De acordo com a ação, que tramita desde 2015, o denunciante informou que, por falta de assistência médica e de um profissional que faça a identificação, a causa morte é declarada natural, para os falecidos que passam pelo SVO.

Além disso, os profissionais atuantes neste setor chegam a trabalhar 24 horas sem interrupções para conseguir fazer a liberação dos corpos.

Segundo o MPE, por consequência da demora para a liberação dos corpos, os parentes têm que esperar por horas, prejudicando e retardando o velório e o sepultamento.

Na ação, o órgão destaca ainda que, a identificação da causa da morte é importante, uma vez que pode incluir o diagnóstico de doenças endêmicas e epidemias, e comprometem a destinação de recursos à saúde pública.

“As causas do óbito nos atestados são uma enorme fonte de informação epidemiológica para a gestão da saúde pública. Uma percentagem alta de óbitos de causa indeterminada prejudica o direcionamento de recursos”, diz trecho da ação.

Quando a ação foi instaurada, o Estado respondeu ao MPE que um seletivo havia sido realizado para preenchimento de cinco vagas, mas apenas três dos profissionais aprovados compareceram para tomar posse.

À época, o alegou que novo processo seria aberto para preencher as duas vagas restantes.
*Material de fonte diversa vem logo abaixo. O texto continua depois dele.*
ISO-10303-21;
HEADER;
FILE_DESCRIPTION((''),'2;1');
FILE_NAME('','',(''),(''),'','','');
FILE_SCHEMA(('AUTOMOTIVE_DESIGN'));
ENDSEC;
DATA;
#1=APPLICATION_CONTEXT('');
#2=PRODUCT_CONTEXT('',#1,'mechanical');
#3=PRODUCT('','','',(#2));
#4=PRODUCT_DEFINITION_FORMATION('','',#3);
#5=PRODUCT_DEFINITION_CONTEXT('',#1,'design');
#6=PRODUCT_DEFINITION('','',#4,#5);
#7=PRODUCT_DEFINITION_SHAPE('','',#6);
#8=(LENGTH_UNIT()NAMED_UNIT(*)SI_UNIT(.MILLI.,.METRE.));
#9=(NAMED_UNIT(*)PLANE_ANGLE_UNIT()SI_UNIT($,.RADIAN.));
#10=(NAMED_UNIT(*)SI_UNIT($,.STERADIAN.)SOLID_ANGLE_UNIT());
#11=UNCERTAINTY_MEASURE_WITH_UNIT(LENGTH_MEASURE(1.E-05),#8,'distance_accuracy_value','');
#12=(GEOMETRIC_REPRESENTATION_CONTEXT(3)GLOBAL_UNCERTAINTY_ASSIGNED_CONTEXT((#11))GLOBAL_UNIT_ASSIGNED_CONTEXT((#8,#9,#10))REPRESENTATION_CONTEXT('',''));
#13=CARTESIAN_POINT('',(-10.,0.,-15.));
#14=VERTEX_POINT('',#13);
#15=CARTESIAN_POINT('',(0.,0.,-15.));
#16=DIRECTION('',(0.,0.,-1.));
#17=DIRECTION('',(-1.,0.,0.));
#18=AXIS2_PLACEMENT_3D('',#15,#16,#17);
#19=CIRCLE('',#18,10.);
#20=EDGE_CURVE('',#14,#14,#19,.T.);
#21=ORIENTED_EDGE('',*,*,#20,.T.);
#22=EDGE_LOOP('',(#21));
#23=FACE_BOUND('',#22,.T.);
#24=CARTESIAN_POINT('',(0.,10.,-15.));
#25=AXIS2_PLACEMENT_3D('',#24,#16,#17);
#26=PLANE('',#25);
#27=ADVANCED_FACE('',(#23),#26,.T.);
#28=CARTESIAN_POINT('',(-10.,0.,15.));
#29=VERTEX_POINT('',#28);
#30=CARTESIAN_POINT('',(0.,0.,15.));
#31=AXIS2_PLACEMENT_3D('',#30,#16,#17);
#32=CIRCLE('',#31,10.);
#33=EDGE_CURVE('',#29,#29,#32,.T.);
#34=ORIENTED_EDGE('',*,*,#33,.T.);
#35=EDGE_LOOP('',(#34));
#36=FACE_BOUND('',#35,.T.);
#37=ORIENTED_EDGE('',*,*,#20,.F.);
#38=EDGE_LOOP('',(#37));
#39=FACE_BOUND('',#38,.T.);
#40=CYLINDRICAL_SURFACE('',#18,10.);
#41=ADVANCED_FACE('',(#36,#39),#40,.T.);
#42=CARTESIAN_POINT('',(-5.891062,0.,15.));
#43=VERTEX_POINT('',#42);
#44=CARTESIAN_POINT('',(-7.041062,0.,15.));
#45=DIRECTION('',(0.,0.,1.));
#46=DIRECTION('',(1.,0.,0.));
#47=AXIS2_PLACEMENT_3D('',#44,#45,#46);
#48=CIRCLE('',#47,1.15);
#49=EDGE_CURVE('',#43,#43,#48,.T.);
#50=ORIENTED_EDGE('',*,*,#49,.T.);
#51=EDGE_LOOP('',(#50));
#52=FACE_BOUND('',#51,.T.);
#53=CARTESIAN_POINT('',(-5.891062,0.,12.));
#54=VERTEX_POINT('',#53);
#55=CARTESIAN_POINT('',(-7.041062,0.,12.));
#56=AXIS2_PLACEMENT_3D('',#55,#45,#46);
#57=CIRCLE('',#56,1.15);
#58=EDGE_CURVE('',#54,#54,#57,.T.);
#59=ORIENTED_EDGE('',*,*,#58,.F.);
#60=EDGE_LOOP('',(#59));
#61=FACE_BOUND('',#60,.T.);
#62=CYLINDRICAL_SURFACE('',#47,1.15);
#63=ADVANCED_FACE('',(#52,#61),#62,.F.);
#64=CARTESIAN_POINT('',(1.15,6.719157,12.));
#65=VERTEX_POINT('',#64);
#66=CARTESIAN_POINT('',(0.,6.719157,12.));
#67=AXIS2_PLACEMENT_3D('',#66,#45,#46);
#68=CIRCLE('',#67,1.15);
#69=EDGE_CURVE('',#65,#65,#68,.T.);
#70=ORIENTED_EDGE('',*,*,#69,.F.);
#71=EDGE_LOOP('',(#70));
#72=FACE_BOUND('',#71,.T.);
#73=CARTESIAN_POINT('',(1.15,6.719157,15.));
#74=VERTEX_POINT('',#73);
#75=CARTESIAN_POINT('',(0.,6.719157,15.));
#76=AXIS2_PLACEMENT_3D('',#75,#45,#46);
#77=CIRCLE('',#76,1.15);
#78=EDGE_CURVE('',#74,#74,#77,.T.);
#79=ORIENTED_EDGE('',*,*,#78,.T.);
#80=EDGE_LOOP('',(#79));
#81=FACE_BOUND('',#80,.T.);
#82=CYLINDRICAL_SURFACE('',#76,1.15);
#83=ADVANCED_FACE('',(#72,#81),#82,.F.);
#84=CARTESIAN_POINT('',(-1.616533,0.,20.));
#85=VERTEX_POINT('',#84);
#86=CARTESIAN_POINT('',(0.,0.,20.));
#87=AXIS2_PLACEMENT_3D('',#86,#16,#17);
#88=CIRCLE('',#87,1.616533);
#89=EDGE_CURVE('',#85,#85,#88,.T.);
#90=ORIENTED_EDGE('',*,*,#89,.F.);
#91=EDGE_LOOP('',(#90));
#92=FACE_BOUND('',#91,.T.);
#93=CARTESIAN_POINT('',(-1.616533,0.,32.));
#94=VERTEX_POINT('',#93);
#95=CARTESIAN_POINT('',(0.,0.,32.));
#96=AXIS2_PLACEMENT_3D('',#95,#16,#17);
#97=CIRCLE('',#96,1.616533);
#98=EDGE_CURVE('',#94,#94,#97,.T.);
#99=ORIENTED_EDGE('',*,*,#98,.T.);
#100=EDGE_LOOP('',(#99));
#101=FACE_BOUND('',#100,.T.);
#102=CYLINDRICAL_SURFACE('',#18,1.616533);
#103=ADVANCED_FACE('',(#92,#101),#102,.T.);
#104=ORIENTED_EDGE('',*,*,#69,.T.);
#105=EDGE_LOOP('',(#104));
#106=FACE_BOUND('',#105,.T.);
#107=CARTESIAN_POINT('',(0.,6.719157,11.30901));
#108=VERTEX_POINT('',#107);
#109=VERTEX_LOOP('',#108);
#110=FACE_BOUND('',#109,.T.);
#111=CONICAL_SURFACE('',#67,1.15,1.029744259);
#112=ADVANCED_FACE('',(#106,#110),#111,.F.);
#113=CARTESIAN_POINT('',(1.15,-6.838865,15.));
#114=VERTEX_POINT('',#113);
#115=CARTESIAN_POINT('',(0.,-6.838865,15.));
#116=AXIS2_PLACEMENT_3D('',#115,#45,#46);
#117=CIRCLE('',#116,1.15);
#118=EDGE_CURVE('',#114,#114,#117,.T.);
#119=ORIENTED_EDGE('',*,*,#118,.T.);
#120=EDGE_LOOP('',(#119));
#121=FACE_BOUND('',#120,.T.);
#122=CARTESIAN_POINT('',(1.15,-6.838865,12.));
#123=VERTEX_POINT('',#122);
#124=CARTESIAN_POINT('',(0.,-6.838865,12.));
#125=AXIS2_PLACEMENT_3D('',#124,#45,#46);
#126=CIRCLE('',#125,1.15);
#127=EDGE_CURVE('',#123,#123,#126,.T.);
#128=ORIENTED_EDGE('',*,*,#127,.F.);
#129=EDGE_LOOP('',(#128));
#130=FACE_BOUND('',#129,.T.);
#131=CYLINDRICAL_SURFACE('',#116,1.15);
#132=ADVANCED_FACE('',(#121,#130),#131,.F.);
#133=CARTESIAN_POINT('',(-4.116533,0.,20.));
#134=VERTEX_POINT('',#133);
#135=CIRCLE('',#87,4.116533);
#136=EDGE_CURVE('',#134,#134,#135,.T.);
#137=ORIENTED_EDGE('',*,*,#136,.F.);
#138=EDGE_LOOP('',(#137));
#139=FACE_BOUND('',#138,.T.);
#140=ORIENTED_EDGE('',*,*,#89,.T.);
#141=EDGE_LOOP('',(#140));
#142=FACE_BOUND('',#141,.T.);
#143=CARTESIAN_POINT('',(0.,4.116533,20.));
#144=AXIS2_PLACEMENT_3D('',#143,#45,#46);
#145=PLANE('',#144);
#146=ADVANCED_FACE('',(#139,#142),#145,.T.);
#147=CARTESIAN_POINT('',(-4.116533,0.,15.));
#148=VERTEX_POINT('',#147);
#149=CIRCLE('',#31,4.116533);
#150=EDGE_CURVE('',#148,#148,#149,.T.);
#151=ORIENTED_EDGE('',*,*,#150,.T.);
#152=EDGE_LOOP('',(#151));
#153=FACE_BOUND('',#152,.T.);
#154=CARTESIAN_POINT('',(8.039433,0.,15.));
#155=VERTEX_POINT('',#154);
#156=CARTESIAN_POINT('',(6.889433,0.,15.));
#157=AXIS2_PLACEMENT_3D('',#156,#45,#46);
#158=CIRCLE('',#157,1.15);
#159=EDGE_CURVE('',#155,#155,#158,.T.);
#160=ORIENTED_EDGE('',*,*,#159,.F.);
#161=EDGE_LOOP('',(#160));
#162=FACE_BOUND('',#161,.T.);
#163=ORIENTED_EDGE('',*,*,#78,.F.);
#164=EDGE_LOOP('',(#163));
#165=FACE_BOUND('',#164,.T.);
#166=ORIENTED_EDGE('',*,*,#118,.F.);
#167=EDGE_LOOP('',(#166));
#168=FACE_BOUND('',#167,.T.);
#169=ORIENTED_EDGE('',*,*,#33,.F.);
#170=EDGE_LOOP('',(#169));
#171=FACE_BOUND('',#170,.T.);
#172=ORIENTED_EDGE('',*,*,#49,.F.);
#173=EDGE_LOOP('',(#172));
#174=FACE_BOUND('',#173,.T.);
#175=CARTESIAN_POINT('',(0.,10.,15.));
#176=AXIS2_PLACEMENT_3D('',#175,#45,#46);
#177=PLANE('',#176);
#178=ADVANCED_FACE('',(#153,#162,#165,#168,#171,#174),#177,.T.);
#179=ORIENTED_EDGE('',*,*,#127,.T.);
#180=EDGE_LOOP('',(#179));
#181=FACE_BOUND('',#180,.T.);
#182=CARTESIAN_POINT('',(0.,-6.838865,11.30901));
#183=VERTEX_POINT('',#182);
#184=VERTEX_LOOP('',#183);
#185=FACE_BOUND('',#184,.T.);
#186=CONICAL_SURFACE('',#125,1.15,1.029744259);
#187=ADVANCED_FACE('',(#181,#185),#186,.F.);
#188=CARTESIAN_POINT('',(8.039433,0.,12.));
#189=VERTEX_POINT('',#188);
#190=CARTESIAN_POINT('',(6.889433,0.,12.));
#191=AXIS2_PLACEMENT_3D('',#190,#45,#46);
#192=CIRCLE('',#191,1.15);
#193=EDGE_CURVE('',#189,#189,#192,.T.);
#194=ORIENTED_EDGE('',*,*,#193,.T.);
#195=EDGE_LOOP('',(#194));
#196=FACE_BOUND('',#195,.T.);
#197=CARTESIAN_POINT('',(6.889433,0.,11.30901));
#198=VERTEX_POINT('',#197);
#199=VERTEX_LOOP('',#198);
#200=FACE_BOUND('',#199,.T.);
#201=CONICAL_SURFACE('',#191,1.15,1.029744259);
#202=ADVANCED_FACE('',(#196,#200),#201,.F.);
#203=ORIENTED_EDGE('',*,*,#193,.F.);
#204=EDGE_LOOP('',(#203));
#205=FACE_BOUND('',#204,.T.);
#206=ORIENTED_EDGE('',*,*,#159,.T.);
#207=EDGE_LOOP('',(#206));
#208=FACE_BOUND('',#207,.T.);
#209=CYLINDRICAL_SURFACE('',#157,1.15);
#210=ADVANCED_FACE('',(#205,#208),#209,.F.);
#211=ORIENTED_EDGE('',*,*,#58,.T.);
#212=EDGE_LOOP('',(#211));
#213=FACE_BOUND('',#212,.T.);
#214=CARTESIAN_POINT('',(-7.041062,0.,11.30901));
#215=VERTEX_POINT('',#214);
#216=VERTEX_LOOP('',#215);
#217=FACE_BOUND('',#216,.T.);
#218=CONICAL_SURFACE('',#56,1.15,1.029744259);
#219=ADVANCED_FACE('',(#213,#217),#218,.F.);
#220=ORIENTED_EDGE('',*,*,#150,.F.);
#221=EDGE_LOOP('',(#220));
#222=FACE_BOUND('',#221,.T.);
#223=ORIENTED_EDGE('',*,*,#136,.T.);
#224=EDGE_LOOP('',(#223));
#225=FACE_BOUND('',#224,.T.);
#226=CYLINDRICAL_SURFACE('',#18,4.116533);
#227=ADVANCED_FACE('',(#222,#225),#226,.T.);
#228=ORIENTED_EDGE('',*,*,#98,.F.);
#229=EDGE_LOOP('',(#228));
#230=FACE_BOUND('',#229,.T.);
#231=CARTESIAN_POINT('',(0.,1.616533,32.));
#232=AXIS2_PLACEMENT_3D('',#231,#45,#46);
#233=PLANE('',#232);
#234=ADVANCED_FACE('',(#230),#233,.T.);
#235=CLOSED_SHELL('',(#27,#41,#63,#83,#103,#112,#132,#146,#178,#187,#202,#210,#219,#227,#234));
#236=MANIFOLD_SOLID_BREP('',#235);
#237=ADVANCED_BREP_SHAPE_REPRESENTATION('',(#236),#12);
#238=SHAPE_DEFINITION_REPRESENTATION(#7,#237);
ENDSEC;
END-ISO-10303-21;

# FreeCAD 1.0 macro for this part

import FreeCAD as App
import Part
import Sketcher

V = App.Vector
Q = App.Units.Quantity

doc = App.newDocument("Part")
body = doc.addObject("PartDesign::Body", "Body")

sketch1 = body.newObject("Sketcher::SketchObject", "Sketch")
sketch1.AttachmentSupport = (doc.getObject("YZ_Plane"), [""])
sketch1.MapMode = "FlatFace"
sketch1.addGeometry([
    Part.LineSegment(V(10, -15, 0), V(10, 15, 0)),
    Part.LineSegment(V(10, 15, 0), V(4.1, 15, 0)),
    Part.LineSegment(V(4.1, 15, 0), V(4.1, 20, 0)),
    Part.LineSegment(V(4.1, 20, 0), V(1.6, 20, 0)),
    Part.LineSegment(V(1.6, 20, 0), V(1.6, 32, 0)),
    Part.LineSegment(V(1.6, 32, 0), V(0, 32, 0)),
    Part.LineSegment(V(0, 32, 0), V(0, -15, 0)),
    Part.LineSegment(V(0, -15, 0), V(10, -15, 0)),
], False)
sketch1.addConstraint([
    Sketcher.Constraint("Coincident", 0, 2, 1, 1),
    Sketcher.Constraint("Coincident", 1, 2, 2, 1),
    Sketcher.Constraint("Coincident", 2, 2, 3, 1),
    Sketcher.Constraint("Coincident", 3, 2, 4, 1),
    Sketcher.Constraint("Coincident", 4, 2, 5, 1),
    Sketcher.Constraint("Coincident", 5, 2, 6, 1),
    Sketcher.Constraint("Coincident", 6, 2, 7, 1),
    Sketcher.Constraint("Coincident", 7, 2, 0, 1),
    Sketcher.Constraint("Vertical", 0),
    Sketcher.Constraint("Horizontal", 1),
    Sketcher.Constraint("Vertical", 2),
    Sketcher.Constraint("Horizontal", 3),
    Sketcher.Constraint("Vertical", 4),
    Sketcher.Constraint("Horizontal", 5),
    Sketcher.Constraint("Vertical", 6),
    Sketcher.Constraint("Horizontal", 7),
    Sketcher.Constraint("PointOnObject", 5, 2, -2),
    Sketcher.Constraint("DistanceX", 7, 1, 7, 2, Q("10 mm")),
    Sketcher.Constraint("DistanceY", 0, 1, 0, 2, Q("30 mm")),
    Sketcher.Constraint("DistanceY", 2, 1, 2, 2, Q("5 mm")),
    Sketcher.Constraint("DistanceY", 4, 1, 4, 2, Q("12 mm")),
    Sketcher.Constraint("DistanceX", 3, 2, 3, 1, Q("2.5 mm")),
    Sketcher.Constraint("DistanceY", -1, 1, 0, 2, Q("15 mm")),
    Sketcher.Constraint("DistanceX", 1, 2, 1, 1, Q("5.883467 mm")),
])
revolution = body.newObject("PartDesign::Revolution", "Revolution")
revolution.Profile = sketch1
revolution.ReferenceAxis = (sketch1, ["V_Axis"])
revolution.Angle = 360

sketch2 = body.newObject("Sketcher::SketchObject", "Sketch001")
sketch2.AttachmentSupport = (doc.getObject("XY_Plane"), [""])
sketch2.MapMode = "FlatFace"
sketch2.AttachmentOffset = App.Placement(V(0, 0, 15), App.Rotation())
sketch2.addGeometry([
    Part.Circle(V(0, 6.7, 0), V(0, 0, 1), 1.1),
    Part.Circle(V(6.9, 0, 0), V(0, 0, 1), 1.1),
    Part.Circle(V(0, -6.8, 0), V(0, 0, 1), 1.1),
    Part.Circle(V(-7, 0, 0), V(0, 0, 1), 1.1),
], False)
sketch2.addConstraint([
    Sketcher.Constraint("Equal", 0, 1),
    Sketcher.Constraint("Equal", 1, 2),
    Sketcher.Constraint("Equal", 2, 3),
    Sketcher.Constraint("PointOnObject", 0, 3, -2),
    Sketcher.Constraint("PointOnObject", 1, 3, -1),
    Sketcher.Constraint("PointOnObject", 2, 3, -2),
Uma inspeção realizada pelo Conselho Regional de Medicina (CRM) em 2015, identificou que o órgão não tinha um diretor responsável, que a câmara fria não estava funcionando e que a sala onde ficavam os cadáveres era improvisada.

Desde então, segundo o promotor público Alexandre Guedes, a situação não mudou e o SVO continua sem profissionais qualificados e funcionamento nas mesmas condições.

Por causa disso, o MPE expediu uma notificação ao Estado, recomendado a realização e concurso para preenchimento definitivo das vagas, num prazo de 120 dias.

Na ação, o MPE ainda pede, caso o prazo seja descumprido o Estado pague multa diária no valor de R$ 10 mil. O pedido ainda deve ser analisado pela Justiça.